→ The task: Reproduce precisely the lines of the listing below, starting with the line that contains "v75 (46.0375,3.175,-355.6)" and stopping after the line that contains "e129 v56 v87 LINE"; include nothing else.

→ Supplied entries:

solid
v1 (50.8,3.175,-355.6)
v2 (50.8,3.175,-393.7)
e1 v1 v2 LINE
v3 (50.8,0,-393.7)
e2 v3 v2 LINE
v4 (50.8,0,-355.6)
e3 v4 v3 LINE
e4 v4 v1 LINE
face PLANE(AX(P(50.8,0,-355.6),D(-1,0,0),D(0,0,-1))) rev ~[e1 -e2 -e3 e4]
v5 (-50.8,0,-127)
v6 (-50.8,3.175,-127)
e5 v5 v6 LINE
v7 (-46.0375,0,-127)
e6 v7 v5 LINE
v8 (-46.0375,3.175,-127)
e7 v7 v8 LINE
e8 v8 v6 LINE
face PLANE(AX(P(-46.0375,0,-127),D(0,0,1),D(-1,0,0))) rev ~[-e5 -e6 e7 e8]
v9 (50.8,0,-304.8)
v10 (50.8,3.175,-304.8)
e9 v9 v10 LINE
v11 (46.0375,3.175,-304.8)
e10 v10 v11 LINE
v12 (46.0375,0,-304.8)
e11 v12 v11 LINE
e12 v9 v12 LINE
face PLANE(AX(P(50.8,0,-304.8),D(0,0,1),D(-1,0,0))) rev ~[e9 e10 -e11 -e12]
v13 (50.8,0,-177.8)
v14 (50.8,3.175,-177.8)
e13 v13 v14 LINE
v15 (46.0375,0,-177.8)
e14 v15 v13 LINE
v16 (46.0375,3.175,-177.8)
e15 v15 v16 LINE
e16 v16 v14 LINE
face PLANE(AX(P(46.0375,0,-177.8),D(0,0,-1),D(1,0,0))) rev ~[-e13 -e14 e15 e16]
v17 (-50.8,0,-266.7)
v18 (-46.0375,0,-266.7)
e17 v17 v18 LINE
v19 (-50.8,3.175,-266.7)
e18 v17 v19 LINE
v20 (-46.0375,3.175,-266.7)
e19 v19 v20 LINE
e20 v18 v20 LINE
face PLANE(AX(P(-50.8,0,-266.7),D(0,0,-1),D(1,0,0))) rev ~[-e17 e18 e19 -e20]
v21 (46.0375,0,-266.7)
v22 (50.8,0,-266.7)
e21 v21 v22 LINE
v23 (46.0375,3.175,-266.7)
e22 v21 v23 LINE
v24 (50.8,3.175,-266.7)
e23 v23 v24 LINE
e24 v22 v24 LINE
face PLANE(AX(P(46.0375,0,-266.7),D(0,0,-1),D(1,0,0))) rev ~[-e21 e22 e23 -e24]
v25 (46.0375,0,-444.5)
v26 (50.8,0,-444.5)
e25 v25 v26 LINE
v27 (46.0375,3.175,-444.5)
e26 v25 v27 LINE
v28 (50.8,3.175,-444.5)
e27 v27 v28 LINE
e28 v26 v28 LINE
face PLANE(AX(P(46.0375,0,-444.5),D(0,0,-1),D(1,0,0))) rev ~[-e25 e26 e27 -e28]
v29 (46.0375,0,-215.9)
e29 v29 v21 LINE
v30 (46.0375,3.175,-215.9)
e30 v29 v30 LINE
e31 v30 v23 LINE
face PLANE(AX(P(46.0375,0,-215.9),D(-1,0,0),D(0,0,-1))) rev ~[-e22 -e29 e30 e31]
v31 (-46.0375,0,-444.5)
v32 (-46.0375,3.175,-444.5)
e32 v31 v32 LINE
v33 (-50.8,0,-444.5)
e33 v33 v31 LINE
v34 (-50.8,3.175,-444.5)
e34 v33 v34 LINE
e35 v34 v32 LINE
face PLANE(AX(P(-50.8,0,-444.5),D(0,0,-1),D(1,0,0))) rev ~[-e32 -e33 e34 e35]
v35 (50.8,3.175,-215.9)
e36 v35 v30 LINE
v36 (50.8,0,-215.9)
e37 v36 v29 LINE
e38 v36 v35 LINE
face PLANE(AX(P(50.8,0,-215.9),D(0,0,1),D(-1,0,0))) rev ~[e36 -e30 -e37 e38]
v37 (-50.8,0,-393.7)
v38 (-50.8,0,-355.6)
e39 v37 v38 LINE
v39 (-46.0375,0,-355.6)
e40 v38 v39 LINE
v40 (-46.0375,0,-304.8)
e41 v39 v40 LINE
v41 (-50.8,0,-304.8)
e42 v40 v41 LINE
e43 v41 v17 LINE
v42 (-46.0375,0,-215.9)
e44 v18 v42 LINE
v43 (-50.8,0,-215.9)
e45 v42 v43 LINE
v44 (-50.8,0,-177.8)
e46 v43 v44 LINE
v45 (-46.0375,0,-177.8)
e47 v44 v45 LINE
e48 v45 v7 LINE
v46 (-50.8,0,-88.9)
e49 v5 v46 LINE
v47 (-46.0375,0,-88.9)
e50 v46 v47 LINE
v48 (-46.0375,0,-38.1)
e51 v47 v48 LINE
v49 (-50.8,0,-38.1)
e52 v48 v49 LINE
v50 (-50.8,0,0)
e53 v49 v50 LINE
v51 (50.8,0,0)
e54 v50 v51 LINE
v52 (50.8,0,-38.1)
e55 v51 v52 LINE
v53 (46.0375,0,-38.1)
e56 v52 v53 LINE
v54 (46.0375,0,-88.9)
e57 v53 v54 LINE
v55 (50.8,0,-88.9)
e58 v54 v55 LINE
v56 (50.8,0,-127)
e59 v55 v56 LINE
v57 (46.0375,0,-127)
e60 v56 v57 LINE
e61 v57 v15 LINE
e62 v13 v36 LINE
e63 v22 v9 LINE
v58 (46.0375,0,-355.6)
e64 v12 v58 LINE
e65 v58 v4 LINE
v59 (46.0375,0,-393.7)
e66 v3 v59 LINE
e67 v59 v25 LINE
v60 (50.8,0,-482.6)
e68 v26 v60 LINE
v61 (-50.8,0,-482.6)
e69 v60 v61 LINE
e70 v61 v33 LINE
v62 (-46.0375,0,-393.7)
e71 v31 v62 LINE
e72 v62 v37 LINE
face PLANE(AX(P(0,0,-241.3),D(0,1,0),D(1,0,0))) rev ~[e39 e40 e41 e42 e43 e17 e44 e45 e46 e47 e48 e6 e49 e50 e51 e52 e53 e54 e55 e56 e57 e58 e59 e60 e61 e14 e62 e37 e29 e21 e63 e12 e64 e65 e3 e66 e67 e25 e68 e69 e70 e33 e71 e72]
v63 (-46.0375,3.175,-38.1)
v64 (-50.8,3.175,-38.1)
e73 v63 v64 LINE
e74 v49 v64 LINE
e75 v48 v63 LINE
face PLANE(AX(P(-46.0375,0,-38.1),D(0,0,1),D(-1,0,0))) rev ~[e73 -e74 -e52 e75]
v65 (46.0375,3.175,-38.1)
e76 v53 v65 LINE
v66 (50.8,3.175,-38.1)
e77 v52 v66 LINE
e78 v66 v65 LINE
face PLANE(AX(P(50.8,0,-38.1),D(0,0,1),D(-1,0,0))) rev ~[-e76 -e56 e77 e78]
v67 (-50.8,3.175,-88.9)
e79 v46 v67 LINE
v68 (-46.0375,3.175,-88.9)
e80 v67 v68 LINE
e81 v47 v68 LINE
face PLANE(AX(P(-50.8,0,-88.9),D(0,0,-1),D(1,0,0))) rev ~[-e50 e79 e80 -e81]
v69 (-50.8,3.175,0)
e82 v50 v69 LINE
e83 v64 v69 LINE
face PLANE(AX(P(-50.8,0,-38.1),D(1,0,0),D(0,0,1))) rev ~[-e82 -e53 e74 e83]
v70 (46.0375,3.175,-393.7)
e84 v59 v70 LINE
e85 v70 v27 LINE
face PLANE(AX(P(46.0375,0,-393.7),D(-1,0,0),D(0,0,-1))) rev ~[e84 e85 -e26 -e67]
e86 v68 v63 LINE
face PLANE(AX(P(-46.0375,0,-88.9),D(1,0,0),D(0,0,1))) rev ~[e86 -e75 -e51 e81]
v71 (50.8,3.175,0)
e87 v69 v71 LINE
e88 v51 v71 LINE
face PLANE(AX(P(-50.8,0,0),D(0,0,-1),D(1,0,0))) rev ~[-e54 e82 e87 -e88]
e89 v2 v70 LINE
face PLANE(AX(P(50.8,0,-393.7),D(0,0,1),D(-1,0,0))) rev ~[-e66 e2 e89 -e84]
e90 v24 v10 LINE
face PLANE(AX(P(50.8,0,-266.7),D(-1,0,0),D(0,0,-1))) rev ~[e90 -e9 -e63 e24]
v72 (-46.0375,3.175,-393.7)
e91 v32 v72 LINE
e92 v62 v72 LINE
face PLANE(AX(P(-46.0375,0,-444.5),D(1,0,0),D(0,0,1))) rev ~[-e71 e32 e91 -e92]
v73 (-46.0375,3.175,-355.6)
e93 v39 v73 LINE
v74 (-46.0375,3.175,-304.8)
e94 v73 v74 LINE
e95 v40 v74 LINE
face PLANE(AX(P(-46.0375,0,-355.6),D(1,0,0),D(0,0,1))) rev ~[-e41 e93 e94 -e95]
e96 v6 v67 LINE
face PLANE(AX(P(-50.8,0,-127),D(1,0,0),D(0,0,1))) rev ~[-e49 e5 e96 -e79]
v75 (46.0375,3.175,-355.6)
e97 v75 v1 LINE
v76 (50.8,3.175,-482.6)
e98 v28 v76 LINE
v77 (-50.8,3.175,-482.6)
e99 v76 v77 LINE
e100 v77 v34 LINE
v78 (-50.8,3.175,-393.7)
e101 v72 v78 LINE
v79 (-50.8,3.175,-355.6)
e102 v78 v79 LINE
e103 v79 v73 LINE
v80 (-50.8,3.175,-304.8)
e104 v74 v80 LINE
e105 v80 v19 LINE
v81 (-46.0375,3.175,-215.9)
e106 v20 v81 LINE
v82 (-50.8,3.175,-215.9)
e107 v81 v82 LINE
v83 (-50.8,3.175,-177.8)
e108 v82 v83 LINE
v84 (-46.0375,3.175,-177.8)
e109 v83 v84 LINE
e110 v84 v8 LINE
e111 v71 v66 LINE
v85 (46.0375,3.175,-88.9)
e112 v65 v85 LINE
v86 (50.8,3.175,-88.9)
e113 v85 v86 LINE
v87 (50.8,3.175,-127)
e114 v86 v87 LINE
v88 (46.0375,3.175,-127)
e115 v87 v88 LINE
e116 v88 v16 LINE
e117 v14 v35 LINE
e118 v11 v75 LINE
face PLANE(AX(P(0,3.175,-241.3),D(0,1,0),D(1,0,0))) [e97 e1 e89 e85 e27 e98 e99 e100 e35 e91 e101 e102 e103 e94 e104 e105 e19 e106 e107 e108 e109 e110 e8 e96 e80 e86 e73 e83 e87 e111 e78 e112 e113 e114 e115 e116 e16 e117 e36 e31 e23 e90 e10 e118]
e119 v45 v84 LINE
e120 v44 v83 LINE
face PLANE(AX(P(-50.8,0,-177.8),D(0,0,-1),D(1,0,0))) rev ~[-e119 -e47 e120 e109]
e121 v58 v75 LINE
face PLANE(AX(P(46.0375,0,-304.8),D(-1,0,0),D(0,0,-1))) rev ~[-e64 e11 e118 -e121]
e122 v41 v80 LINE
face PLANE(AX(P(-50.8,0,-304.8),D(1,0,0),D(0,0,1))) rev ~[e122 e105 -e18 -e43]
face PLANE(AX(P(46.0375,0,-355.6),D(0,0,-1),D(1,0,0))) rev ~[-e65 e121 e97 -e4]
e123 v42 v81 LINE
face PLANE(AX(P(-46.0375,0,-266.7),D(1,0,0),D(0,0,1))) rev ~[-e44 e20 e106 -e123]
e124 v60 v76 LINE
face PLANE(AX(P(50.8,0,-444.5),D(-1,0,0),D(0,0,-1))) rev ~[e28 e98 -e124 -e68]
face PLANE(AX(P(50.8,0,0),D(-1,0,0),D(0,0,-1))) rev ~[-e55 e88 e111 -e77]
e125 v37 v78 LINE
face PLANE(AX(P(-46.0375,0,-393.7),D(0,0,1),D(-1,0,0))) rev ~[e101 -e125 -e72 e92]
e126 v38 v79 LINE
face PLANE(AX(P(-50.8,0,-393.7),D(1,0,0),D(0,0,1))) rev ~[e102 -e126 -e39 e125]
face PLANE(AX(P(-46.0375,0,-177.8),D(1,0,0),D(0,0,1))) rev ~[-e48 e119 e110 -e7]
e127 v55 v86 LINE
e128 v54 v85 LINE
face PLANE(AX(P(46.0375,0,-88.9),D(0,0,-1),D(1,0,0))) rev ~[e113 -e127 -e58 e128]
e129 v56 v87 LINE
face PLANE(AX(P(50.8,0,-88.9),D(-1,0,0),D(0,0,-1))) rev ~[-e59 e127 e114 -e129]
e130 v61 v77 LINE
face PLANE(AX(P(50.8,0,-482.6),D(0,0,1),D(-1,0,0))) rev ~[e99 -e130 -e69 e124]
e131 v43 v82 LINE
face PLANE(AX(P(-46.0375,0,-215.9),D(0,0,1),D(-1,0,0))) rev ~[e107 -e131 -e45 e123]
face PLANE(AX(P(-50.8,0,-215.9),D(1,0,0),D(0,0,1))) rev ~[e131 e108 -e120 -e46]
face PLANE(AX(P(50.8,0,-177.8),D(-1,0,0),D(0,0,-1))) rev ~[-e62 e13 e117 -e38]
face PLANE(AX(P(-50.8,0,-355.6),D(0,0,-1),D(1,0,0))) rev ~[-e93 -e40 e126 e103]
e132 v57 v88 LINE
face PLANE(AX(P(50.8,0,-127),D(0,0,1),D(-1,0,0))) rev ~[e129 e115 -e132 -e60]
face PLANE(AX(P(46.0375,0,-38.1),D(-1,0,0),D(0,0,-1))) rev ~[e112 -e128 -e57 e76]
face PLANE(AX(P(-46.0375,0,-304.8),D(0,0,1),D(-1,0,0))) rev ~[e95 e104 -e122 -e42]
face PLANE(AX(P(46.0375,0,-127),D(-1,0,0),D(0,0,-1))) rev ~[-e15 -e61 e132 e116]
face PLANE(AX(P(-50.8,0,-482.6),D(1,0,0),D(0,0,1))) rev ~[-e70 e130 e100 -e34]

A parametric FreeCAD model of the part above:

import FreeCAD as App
import Part
import Sketcher
Q = App.Units.Quantity


def add_polygon(sketch, points):
    """Adds a closed chain of lines whose ends are joined by coincident constraints."""
    first, n = sketch.GeometryCount, len(points)
    for a, b in zip(points, points[1:] + points[:1]):
        sketch.addGeometry(Part.LineSegment(App.Vector(*a, 0), App.Vector(*b, 0)), False)
    for i in range(n):
        sketch.addConstraint(Sketcher.Constraint("Coincident", first + i, 2, first + (i + 1) % n, 1))

doc = App.newDocument("Part")
body = doc.addObject("PartDesign::Body", "Body")

sketch1 = body.newObject("Sketcher::SketchObject", "Sketch")
sketch1.AttachmentSupport = (doc.getObject("XZ_Plane"), [""])
sketch1.MapMode = "FlatFace"
add_polygon(sketch1, [(-50.8, 0), (50.8, 0), (50.8, -38.1), (46, -38.1), (46, -88.9), (50.8, -88.9), (50.8, -127), (46, -127), (46, -177.8), (50.8, -177.8), (50.8, -215.9), (46, -215.9), (46, -266.7), (50.8, -266.7), (50.8, -304.8), (46, -304.8), (46, -355.6), (50.8, -355.6), (50.8, -393.7), (46, -393.7), (46, -444.5), (50.8, -444.5), (50.8, -482.6), (-50.8, -482.6), (-50.8, -444.5), (-46, -444.5), (-46, -393.7), (-50.8, -393.7), (-50.8, -355.6), (-46, -355.6), (-46, -304.8), (-50.8, -304.8), (-50.8, -266.7), (-46, -266.7), (-46, -215.9), (-50.8, -215.9), (-50.8, -177.8), (-46, -177.8), (-46, -127), (-50.8, -127), (-50.8, -88.9), (-46, -88.9), (-46, -38.1), (-50.8, -38.1)])
sketch1.addConstraint([
    Sketcher.Constraint("Horizontal", 0),
    Sketcher.Constraint("Vertical", 1),
    Sketcher.Constraint("Horizontal", 2),
    Sketcher.Constraint("Vertical", 3),
    Sketcher.Constraint("Horizontal", 4),
    Sketcher.Constraint("Vertical", 5),
    Sketcher.Constraint("Horizontal", 6),
    Sketcher.Constraint("Vertical", 7),
    Sketcher.Constraint("Horizontal", 8),
    Sketcher.Constraint("Vertical", 9),
    Sketcher.Constraint("Horizontal", 10),
    Sketcher.Constraint("Vertical", 11),
    Sketcher.Constraint("Horizontal", 12),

→ Solution:
v75 (46.0375,3.175,-355.6)
e97 v75 v1 LINE
v76 (50.8,3.175,-482.6)
e98 v28 v76 LINE
v77 (-50.8,3.175,-482.6)
e99 v76 v77 LINE
e100 v77 v34 LINE
v78 (-50.8,3.175,-393.7)
e101 v72 v78 LINE
v79 (-50.8,3.175,-355.6)
e102 v78 v79 LINE
e103 v79 v73 LINE
v80 (-50.8,3.175,-304.8)
e104 v74 v80 LINE
e105 v80 v19 LINE
v81 (-46.0375,3.175,-215.9)
e106 v20 v81 LINE
v82 (-50.8,3.175,-215.9)
e107 v81 v82 LINE
v83 (-50.8,3.175,-177.8)
e108 v82 v83 LINE
v84 (-46.0375,3.175,-177.8)
e109 v83 v84 LINE
e110 v84 v8 LINE
e111 v71 v66 LINE
v85 (46.0375,3.175,-88.9)
e112 v65 v85 LINE
v86 (50.8,3.175,-88.9)
e113 v85 v86 LINE
v87 (50.8,3.175,-127)
e114 v86 v87 LINE
v88 (46.0375,3.175,-127)
e115 v87 v88 LINE
e116 v88 v16 LINE
e117 v14 v35 LINE
e118 v11 v75 LINE
face PLANE(AX(P(0,3.175,-241.3),D(0,1,0),D(1,0,0))) [e97 e1 e89 e85 e27 e98 e99 e100 e35 e91 e101 e102 e103 e94 e104 e105 e19 e106 e107 e108 e109 e110 e8 e96 e80 e86 e73 e83 e87 e111 e78 e112 e113 e114 e115 e116 e16 e117 e36 e31 e23 e90 e10 e118]
e119 v45 v84 LINE
e120 v44 v83 LINE
face PLANE(AX(P(-50.8,0,-177.8),D(0,0,-1),D(1,0,0))) rev ~[-e119 -e47 e120 e109]
e121 v58 v75 LINE
face PLANE(AX(P(46.0375,0,-304.8),D(-1,0,0),D(0,0,-1))) rev ~[-e64 e11 e118 -e121]
e122 v41 v80 LINE
face PLANE(AX(P(-50.8,0,-304.8),D(1,0,0),D(0,0,1))) rev ~[e122 e105 -e18 -e43]
face PLANE(AX(P(46.0375,0,-355.6),D(0,0,-1),D(1,0,0))) rev ~[-e65 e121 e97 -e4]
e123 v42 v81 LINE
face PLANE(AX(P(-46.0375,0,-266.7),D(1,0,0),D(0,0,1))) rev ~[-e44 e20 e106 -e123]
e124 v60 v76 LINE
face PLANE(AX(P(50.8,0,-444.5),D(-1,0,0),D(0,0,-1))) rev ~[e28 e98 -e124 -e68]
face PLANE(AX(P(50.8,0,0),D(-1,0,0),D(0,0,-1))) rev ~[-e55 e88 e111 -e77]
e125 v37 v78 LINE
face PLANE(AX(P(-46.0375,0,-393.7),D(0,0,1),D(-1,0,0))) rev ~[e101 -e125 -e72 e92]
e126 v38 v79 LINE
face PLANE(AX(P(-50.8,0,-393.7),D(1,0,0),D(0,0,1))) rev ~[e102 -e126 -e39 e125]
face PLANE(AX(P(-46.0375,0,-177.8),D(1,0,0),D(0,0,1))) rev ~[-e48 e119 e110 -e7]
e127 v55 v86 LINE
e128 v54 v85 LINE
face PLANE(AX(P(46.0375,0,-88.9),D(0,0,-1),D(1,0,0))) rev ~[e113 -e127 -e58 e128]
e129 v56 v87 LINE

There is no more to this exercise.